Girding my loins in readiness to start drafting work on my new project (having finished all the initial planning yesterday) I wanted to spend a little time just writing - something.
In part to test my own theories - a) that you easily find things to write about, and b) no writing is wasted - I settled on a little micro-view from our holiday rental. It’s only a few hundred words, but it opens the door to a whole universe… Perhaps walk through it, if you feel that way inclined..!
Gateway to History
The coffee table, although low, is square and very large. With a profusion of grain on display, it purports to being made from solid wood, though one can never be sure these days; even the way the grain ‘wraps around’ at the ends of the narrow timbers forming the top might be no more than clever disguise. In tone it feels too pale, anaemic almost. Perhaps it is this creaminess which suggests fakery. Without doubt it is robust, and with a surface area of more than a square metre (excluding the low, almost floor-level shelf which is as large as the top itself), generous enough to accommodate almost anything you should wish to deposit there.
In the centre of the table is a large ceramic item. Vaguely concave, it is not flat enough to be called a plate or a platter; neither is it sufficiently deep to be thought of as any kind of vase. The edges — perhaps one-and-a-half centimetres deep — are black, its upper surface glazed white. Three items rest on it: a small squat and vaguely medical bottle doing duty as a vase; a rather ornately decorated candle covered by what might best be described as a glass cheese bell; and a blackened faux wicker cylinder designed to house round coasters made from the same material. The vase holds a sprig of imitation flowers, the candle is un-lit, the container half-full. Two of its coasters (one black and one cream) are sitting untroubled on the table top. Were you to pick one up you might perhaps find yourself disappointed by their plastic feel, the wicker facade clearly deceptive — unless they have been treated by some chemical or other to make them more durable.

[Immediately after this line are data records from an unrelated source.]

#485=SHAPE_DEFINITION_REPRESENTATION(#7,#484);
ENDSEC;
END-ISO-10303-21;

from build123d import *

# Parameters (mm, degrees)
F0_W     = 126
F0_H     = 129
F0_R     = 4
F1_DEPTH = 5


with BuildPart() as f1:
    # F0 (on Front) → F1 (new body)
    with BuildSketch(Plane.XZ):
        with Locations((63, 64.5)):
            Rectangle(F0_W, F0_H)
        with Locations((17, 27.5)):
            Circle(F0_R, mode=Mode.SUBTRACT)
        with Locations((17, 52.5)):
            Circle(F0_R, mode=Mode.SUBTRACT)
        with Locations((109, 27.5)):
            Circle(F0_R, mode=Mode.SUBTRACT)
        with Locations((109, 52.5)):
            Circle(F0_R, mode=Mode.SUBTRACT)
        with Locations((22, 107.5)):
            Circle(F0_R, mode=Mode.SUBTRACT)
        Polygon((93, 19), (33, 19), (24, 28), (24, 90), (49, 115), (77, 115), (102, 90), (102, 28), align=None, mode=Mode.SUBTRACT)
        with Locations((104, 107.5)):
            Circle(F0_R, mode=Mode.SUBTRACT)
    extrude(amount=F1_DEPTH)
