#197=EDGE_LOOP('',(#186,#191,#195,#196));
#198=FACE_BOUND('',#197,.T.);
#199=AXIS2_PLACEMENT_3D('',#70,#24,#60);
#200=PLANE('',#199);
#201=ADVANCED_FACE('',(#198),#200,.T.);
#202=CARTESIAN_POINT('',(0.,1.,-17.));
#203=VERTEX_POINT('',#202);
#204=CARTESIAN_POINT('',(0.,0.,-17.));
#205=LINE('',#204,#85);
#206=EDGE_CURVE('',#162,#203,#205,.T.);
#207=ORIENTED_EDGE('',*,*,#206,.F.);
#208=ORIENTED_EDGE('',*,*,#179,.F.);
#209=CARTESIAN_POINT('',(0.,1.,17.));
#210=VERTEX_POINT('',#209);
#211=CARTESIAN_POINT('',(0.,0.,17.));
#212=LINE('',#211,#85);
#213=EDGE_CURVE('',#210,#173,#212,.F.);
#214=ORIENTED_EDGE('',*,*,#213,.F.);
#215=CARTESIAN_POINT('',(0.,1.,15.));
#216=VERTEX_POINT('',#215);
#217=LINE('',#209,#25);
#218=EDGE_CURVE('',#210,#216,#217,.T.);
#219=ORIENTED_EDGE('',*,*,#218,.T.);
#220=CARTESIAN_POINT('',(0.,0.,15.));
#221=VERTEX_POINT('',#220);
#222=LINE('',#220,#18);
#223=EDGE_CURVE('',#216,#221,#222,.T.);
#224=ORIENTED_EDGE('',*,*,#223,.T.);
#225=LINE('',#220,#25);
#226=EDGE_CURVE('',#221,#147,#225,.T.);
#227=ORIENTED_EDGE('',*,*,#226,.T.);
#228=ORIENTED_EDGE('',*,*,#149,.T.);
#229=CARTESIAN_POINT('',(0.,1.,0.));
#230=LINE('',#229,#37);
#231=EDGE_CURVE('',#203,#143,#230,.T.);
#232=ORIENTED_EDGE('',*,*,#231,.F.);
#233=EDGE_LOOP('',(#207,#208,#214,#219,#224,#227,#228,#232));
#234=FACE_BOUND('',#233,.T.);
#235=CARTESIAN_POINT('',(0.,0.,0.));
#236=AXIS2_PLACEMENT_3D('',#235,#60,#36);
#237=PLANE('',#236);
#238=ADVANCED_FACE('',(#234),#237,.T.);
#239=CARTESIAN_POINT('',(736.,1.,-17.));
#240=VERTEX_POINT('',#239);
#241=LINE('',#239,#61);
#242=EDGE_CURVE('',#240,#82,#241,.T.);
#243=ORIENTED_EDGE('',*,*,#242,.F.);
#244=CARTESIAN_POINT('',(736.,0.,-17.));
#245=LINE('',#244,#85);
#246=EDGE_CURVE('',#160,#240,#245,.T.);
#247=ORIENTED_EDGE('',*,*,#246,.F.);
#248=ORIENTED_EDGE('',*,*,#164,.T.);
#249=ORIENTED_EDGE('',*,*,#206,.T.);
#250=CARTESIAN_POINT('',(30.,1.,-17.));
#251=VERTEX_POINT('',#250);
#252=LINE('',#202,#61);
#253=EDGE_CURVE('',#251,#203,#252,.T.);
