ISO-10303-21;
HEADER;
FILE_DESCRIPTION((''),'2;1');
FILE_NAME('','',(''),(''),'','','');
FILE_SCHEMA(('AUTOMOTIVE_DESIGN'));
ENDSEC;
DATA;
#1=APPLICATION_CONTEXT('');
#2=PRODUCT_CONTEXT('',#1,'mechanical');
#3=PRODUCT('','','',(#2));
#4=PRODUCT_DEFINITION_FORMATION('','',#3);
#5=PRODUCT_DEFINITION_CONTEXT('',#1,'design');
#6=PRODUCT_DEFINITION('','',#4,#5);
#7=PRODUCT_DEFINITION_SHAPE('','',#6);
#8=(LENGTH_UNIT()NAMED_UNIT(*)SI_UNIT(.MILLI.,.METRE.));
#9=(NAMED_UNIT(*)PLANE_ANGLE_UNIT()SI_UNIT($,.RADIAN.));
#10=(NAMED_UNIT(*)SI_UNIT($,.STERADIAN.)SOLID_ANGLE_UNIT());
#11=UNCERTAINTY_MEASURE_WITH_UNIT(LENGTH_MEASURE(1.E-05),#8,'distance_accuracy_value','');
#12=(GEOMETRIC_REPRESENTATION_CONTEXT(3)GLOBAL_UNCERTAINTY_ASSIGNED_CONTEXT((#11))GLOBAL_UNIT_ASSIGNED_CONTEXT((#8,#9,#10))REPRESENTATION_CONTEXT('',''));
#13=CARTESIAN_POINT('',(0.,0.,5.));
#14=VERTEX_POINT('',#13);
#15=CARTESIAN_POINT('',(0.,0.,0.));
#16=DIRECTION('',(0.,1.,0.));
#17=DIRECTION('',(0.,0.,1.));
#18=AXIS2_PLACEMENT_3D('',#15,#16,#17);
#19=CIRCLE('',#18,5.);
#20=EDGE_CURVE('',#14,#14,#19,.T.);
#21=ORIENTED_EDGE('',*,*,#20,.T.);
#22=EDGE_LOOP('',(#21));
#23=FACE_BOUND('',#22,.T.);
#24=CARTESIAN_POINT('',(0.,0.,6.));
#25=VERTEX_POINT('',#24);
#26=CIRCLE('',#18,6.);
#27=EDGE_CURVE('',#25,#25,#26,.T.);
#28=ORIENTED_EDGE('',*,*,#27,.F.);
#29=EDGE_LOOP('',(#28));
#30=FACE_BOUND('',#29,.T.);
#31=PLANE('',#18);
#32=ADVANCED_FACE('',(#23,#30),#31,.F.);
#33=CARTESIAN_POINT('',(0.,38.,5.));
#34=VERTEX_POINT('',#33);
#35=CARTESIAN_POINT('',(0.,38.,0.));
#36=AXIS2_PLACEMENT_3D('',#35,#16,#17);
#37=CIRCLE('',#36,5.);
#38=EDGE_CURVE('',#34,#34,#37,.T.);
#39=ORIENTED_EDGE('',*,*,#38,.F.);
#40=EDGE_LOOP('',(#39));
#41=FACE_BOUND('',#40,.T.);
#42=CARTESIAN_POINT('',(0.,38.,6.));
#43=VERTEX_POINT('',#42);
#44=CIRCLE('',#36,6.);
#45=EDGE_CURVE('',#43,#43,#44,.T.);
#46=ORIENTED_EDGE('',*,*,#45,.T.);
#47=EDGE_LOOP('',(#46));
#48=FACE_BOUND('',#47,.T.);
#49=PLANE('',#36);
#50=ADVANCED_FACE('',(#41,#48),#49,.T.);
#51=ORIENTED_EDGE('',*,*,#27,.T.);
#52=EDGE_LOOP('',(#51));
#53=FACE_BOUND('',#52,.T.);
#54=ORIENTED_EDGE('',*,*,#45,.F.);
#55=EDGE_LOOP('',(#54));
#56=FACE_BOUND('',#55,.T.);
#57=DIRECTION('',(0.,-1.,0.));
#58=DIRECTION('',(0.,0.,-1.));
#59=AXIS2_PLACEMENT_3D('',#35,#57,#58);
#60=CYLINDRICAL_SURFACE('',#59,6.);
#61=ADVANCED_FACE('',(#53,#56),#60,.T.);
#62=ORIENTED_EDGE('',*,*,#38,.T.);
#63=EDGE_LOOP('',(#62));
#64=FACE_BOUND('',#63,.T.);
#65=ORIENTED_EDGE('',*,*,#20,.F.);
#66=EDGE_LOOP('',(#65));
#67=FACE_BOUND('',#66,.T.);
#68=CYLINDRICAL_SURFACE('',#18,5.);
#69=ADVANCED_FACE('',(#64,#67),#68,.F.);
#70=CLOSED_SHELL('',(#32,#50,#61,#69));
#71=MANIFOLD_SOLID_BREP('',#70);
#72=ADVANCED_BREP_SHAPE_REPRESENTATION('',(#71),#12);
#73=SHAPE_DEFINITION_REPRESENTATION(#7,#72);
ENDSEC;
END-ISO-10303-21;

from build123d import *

# Parameters (mm, degrees)
SKETCH_1_R          = 6
EXTRUDE_1_DEPTH     = 38
SKETCH_2_R          = 5
CUT_EXTRUDE_1_DEPTH = 39.935844668


with BuildPart() as part:
    # Эскиз1 → Бобышка-Вытянуть1 (new body)
    with BuildSketch(Plane(origin=(0, 0, 0), x_dir=(1, 0, 0), z_dir=(0, 1, 0))):
        with Locations(Location((0, 0, 0), (0, 0, 270))):
            Circle(SKETCH_1_R)
    extrude(amount=EXTRUDE_1_DEPTH)

    # Эскиз2 → Вырез-Вытянуть1 (cut, through all)
    with BuildSketch(Plane(origin=(0, 38, 0), x_dir=(1, 0, 0), z_dir=(0, 1, 0))):
        with Locations(Location((0, 0, 0), (0, 0, 270))):
            Circle(SKETCH_2_R)
    extrude(amount=-CUT_EXTRUDE_1_DEPTH, mode=Mode.SUBTRACT)


solid = part.part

Between the two coasters sits the remote control for the television which, un-illuminated, waits in the corner of the room. The only other item on the table top is an almost perfectly symmetrical cube. This too is made to look as if it is constructed from wood or wicker or raffia, but paler than everything else, it also suggests impersonation. The cube’s function is to contain paper tissues. One such tissue is poking out through a small rectangle in the top of the vessel. It looks ‘ready’ — and even from a distance of a few feet you can see it is more substantial than a conventional paper hankie, and not one that will disintegrate at the first blow.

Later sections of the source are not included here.